Gisela Haensel
No kids! Do you want mine? To me, this is a thoughtless comment made by parents who are (temporarily) overwhelmed by their chosen duty to raise children. It’s a message about themselves and has literally nothing to do with me or with any compassion for my situation. This is almost worse than being bombarded with tips on how to fix it, like for example Why don’t you adopt? At least, a tip is an attempt to help me.
Parents who seemingly offer me their kids, don’t really mean it. Or do they? I’ve actually never put them to the test and pretended to take them up on their offer. Maybe I should try it one day? But why would I do that? Just to put them on the spot and make them feel the ridiculousness of their offer? And how would that help anybody? They would probably get upset that I’d even consider understanding their comment in a literal way and get ready to literally taking their kids away when they were just in the mood to complain about the hard side of parenting. I bet that as soon as I’d pretend to understand their comment in a literal way, a rush of parental love would come over them and turn them into people who are very possessive of their own children and never want to share them with anybody. I’d probably be exactly like them if I was living a life like them. But I don’t and that is what they don't seem to get. They never seem to think about the void that the childlessness leaves in my life.
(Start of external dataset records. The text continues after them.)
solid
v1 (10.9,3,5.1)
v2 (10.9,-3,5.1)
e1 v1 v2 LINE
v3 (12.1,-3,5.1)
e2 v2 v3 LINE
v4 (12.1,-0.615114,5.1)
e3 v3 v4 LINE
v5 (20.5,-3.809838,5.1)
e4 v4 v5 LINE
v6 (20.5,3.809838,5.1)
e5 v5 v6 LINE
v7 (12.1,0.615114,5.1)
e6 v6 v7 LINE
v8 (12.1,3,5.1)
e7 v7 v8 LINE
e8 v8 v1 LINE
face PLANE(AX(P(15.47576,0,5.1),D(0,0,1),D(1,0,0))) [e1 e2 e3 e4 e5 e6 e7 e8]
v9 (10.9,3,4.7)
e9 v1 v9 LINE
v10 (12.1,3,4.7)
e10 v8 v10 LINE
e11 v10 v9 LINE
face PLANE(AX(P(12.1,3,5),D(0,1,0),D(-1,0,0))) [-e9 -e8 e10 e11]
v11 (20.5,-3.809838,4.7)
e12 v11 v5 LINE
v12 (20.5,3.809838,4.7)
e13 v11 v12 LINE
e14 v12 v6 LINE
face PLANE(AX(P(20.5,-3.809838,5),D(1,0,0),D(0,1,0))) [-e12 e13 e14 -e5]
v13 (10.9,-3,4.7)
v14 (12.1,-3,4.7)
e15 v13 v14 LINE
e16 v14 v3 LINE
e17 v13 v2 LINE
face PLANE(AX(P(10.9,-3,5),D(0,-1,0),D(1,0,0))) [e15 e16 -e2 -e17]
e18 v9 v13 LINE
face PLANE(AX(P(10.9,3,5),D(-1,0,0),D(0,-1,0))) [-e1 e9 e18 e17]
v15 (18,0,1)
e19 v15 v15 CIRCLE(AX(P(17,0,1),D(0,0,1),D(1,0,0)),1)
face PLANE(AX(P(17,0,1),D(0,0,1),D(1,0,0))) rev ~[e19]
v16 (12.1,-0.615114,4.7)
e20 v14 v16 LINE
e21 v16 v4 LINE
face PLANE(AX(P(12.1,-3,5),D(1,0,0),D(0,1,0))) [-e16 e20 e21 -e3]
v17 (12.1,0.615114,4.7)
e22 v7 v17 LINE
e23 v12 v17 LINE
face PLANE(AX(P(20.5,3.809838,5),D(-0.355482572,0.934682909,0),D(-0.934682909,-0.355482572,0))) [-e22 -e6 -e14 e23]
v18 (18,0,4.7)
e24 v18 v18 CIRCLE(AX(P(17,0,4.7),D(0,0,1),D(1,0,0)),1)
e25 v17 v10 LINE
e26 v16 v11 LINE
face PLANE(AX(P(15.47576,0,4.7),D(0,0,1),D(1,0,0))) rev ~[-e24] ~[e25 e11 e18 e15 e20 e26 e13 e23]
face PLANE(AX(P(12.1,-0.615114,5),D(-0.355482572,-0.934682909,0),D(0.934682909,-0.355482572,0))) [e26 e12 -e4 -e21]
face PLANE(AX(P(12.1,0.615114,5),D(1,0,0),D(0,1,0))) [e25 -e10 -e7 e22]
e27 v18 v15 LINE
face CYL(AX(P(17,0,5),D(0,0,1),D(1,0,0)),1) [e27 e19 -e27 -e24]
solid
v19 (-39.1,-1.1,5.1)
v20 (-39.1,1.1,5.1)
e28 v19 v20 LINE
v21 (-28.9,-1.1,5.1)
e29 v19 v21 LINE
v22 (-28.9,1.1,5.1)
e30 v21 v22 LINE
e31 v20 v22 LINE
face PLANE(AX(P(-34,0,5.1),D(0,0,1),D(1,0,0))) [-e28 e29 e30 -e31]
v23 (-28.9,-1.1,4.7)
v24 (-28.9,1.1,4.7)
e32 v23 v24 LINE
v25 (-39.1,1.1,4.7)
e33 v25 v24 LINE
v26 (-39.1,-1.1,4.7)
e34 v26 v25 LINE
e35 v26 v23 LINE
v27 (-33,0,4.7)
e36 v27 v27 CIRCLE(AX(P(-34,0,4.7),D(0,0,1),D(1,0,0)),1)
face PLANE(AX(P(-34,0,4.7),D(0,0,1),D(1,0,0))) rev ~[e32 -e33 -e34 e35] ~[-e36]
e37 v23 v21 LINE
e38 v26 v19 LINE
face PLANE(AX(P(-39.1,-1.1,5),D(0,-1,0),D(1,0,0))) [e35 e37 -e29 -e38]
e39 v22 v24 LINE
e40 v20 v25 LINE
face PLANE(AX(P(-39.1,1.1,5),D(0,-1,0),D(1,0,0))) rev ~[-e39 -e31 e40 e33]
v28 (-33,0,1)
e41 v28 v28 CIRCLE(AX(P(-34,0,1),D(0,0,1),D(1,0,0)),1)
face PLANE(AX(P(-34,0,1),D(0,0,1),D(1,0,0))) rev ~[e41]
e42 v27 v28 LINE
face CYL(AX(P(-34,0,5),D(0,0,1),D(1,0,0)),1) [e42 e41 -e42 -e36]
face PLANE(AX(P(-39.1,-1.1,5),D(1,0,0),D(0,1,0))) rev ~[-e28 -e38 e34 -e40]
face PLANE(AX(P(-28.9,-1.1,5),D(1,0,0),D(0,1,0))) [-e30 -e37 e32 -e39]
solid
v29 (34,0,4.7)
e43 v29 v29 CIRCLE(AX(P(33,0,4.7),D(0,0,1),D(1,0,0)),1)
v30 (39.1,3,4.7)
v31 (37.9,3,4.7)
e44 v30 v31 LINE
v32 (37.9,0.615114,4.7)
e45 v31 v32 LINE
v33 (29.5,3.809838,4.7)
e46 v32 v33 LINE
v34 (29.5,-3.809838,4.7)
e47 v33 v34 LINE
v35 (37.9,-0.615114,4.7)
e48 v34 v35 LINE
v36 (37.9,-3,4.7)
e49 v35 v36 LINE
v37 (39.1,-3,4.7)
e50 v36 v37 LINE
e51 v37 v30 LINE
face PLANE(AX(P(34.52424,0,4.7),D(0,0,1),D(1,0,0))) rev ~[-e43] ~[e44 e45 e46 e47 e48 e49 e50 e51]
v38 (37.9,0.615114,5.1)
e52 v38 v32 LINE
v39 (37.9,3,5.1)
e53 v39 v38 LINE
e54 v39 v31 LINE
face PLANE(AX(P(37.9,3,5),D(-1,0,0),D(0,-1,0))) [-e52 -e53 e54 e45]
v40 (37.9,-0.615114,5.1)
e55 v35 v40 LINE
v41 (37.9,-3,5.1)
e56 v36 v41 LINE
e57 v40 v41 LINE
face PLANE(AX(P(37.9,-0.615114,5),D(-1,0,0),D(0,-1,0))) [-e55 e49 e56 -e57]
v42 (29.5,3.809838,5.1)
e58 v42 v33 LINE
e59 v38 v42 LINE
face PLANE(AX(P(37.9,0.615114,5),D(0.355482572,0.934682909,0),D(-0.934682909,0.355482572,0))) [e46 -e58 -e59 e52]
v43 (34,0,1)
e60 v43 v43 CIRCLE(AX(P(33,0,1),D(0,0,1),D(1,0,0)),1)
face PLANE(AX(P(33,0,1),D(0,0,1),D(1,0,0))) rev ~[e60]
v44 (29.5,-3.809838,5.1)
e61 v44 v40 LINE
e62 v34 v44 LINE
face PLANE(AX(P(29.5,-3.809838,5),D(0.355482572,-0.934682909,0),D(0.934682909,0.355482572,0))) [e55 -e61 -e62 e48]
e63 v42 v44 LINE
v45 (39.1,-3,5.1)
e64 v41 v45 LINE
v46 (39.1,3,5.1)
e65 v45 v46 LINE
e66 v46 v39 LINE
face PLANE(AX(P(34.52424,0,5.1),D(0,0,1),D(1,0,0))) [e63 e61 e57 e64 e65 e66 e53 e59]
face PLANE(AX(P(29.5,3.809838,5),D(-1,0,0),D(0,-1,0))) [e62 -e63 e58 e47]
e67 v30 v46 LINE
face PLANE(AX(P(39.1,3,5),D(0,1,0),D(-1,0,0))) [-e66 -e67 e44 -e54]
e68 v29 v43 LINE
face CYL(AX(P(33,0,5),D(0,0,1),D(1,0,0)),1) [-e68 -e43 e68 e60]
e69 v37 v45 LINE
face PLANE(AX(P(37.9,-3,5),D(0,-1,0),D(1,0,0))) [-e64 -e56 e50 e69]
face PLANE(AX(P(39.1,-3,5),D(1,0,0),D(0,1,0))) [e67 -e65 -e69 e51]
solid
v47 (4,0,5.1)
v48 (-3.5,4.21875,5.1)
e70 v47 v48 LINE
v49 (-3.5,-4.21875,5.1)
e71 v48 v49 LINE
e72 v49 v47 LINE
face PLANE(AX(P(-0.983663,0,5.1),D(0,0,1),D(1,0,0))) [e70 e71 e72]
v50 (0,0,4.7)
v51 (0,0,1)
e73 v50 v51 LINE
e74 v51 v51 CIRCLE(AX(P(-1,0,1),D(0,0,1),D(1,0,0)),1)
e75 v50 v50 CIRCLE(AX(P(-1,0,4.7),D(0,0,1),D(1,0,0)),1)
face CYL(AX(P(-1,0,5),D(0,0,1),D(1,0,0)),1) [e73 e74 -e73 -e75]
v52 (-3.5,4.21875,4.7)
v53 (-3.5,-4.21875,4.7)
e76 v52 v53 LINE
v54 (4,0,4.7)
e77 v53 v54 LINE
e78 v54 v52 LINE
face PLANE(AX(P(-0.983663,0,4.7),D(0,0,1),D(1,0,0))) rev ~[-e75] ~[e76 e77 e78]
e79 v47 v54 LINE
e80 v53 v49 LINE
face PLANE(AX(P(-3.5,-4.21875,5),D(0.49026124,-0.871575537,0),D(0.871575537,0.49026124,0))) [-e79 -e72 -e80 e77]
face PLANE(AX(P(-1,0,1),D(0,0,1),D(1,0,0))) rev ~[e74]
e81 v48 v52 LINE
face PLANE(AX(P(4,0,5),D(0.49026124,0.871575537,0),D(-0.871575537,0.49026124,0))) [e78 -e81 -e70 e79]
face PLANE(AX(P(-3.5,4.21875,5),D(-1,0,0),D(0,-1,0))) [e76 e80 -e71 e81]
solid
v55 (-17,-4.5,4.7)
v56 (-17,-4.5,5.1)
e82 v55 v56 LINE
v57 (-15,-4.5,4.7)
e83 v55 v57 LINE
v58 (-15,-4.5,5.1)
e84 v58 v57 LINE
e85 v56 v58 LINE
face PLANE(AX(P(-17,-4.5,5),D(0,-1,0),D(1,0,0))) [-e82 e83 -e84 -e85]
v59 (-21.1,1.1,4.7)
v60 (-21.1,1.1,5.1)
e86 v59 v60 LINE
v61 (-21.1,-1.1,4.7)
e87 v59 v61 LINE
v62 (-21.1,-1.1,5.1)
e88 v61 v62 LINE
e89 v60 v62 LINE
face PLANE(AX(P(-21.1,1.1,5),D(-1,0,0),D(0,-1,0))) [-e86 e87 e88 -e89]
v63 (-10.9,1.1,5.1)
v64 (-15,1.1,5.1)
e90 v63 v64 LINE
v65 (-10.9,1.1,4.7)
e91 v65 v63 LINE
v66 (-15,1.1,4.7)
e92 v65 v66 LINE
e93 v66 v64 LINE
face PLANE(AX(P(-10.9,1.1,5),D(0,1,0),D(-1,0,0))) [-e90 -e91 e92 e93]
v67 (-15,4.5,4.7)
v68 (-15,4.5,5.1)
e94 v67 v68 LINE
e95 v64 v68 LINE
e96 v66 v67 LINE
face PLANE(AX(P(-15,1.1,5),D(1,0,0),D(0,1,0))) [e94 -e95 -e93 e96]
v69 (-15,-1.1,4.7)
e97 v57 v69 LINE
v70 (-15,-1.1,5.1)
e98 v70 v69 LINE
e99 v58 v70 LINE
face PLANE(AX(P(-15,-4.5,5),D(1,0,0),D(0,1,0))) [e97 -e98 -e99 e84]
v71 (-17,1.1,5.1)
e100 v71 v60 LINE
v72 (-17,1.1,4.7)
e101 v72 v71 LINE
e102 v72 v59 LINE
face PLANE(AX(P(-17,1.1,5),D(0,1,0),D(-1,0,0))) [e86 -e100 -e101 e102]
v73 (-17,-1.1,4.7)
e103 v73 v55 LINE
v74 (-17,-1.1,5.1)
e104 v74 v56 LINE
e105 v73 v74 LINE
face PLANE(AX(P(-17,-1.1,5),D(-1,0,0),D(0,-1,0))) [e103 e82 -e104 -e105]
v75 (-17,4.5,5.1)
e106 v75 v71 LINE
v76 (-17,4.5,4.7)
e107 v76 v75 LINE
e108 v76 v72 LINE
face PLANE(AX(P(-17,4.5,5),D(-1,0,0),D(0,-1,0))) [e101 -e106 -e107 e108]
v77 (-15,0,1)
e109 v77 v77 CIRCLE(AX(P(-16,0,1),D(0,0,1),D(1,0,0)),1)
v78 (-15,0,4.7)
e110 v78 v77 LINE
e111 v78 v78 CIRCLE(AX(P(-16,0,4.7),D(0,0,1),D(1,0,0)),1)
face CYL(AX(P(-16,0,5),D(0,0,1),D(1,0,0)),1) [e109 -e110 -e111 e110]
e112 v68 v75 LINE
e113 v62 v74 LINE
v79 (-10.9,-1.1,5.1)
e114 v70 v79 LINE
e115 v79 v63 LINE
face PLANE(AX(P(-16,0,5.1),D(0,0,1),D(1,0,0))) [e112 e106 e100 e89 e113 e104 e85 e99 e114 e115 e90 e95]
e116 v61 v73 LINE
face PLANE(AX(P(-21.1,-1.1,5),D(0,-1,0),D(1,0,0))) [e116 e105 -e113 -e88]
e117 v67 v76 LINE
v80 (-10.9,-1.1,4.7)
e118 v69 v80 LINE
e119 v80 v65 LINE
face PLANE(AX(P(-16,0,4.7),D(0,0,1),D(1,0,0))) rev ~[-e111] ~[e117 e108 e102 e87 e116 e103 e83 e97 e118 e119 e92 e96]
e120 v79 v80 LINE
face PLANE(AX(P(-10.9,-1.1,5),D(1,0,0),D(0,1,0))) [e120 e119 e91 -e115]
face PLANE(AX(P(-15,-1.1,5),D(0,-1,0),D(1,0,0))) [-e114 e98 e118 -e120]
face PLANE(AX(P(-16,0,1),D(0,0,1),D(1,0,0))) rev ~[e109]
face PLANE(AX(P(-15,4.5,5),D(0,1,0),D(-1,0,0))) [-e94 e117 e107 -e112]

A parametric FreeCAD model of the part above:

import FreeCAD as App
import Part
import Sketcher
from FreeCAD import Vector


def add_polygon(sketch, points):
    """Adds a closed chain of lines whose ends are joined by coincident constraints."""
    first, n = sketch.GeometryCount, len(points)
    for a, b in zip(points, points[1:] + points[:1]):
        sketch.addGeometry(Part.LineSegment(App.Vector(*a, 0), App.Vector(*b, 0)), False)
    for i in range(n):
        sketch.addConstraint(Sketcher.Constraint("Coincident", first + i, 2, first + (i + 1) % n, 1))

doc = App.newDocument("Part")
body = doc.addObject("PartDesign::Body", "Body")

# Sketch on XY plane
sketch1 = body.newObject("Sketcher::SketchObject", "Sketch")
sketch1.AttachmentSupport = (doc.getObject("XY_Plane"), [""])
sketch1.MapMode = "FlatFace"
sketch1.AttachmentOffset = App.Placement(Vector(0, 0, 5), App.Rotation())
add_polygon(sketch1, [(-3.5, 4.21875), (-3.5, -4.21875), (4, 0)])  # lines 0-2
sketch1.addConstraint(Sketcher.Constraint("Vertical", 0))
sketch1.addConstraint(Sketcher.Constraint("PointOnObject", 1, 2, -1))
sketch1.addConstraint(Sketcher.Constraint("Equal", 1, 2))
sketch1.addConstraint(Sketcher.Constraint("DistanceX", -1, 1, 1, 2, 4.0))
sketch1.addConstraint(Sketcher.Constraint("DistanceX", 0, 2, -1, 1, 3.5))
sketch1.addConstraint(Sketcher.Constraint("DistanceY", 0, 2, 0, 1, 8.4375))
pad1 = body.newObject("PartDesign::Pad", "Pad")
pad1.Profile = sketch1
pad1.Type = "TwoLengths"
pad1.Length = 0.1
pad1.Length2 = 0.3
body2 = doc.addObject("PartDesign::Body", "Body001")

# Sketch on XY plane
sketch2 = body2.newObject("Sketcher::SketchObject", "Sketch001")
sketch2.AttachmentSupport = (doc.getObject("XY_Plane001"), [""])
sketch2.MapMode = "FlatFace"
sketch2.AttachmentOffset = App.Placement(Vector(0, 0, 5), App.Rotation())
add_polygon(sketch2, [(-10.9, -1.1), (-10.9, 1.1), (-15, 1.1), (-15, 4.5), (-17, 4.5), (-17, 1.1), (-21.1, 1.1), (-21.1, -1.1), (-17, -1.1), (-17, -4.5), (-15, -4.5), (-15, -1.1)])  # lines 0-11
sketch2.addConstraint(Sketcher.Constraint("Vertical", 0))
sketch2.addConstraint(Sketcher.Constraint("Horizontal", 1))
sketch2.addConstraint(Sketcher.Constraint("Vertical", 2))
sketch2.addConstraint(Sketcher.Constraint("Horizontal", 3))
sketch2.addConstraint(Sketcher.Constraint("Vertical", 4))
sketch2.addConstraint(Sketcher.Constraint("Horizontal", 5))
sketch2.addConstraint(Sketcher.Constraint("Vertical", 6))
sketch2.addConstraint(Sketcher.Constraint("Horizontal", 7))
sketch2.addConstraint(Sketcher.Constraint("Vertical", 8))
sketch2.addConstraint(Sketcher.Constraint("Horizontal", 9))
sketch2.addConstraint(Sketcher.Constraint("Vertical", 10))
sketch2.addConstraint(Sketcher.Constraint("Horizontal", 11))
sketch2.addConstraint(Sketcher.Constraint("Symmetric", 4, 2, 7, 2, -1))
Early in my childless grief, I deliberately removed myself from the world of expecting mothers and parents and their children but when I had healed enough to come back into the world, I realized that being childless pretty much emptied out my life of all children because there is no connector to other people’s children either. No sleepovers, no school events, no birthday parties… This turns out to be very hard on somebody like me who loves being around children of all ages. As a matter of fact, sometimes I literally feel deprived of children in my life, deprived of my own and of all the children they would spend time with together. And then I wish I was living in a society where bringing up children was more of a community affaire and not just left to the parents. The concept of the nuclear family puts the burden almost entirely on them and removes it from everybody else. So when I hear comments like No kids! Do you want mine? I now sometimes wish parents meant what they say and - in a careful and considerate way - made it possible for me to spend quality time with their children, not to make up for my own, but to co-create experiences that I am missing out on and the world around me as well.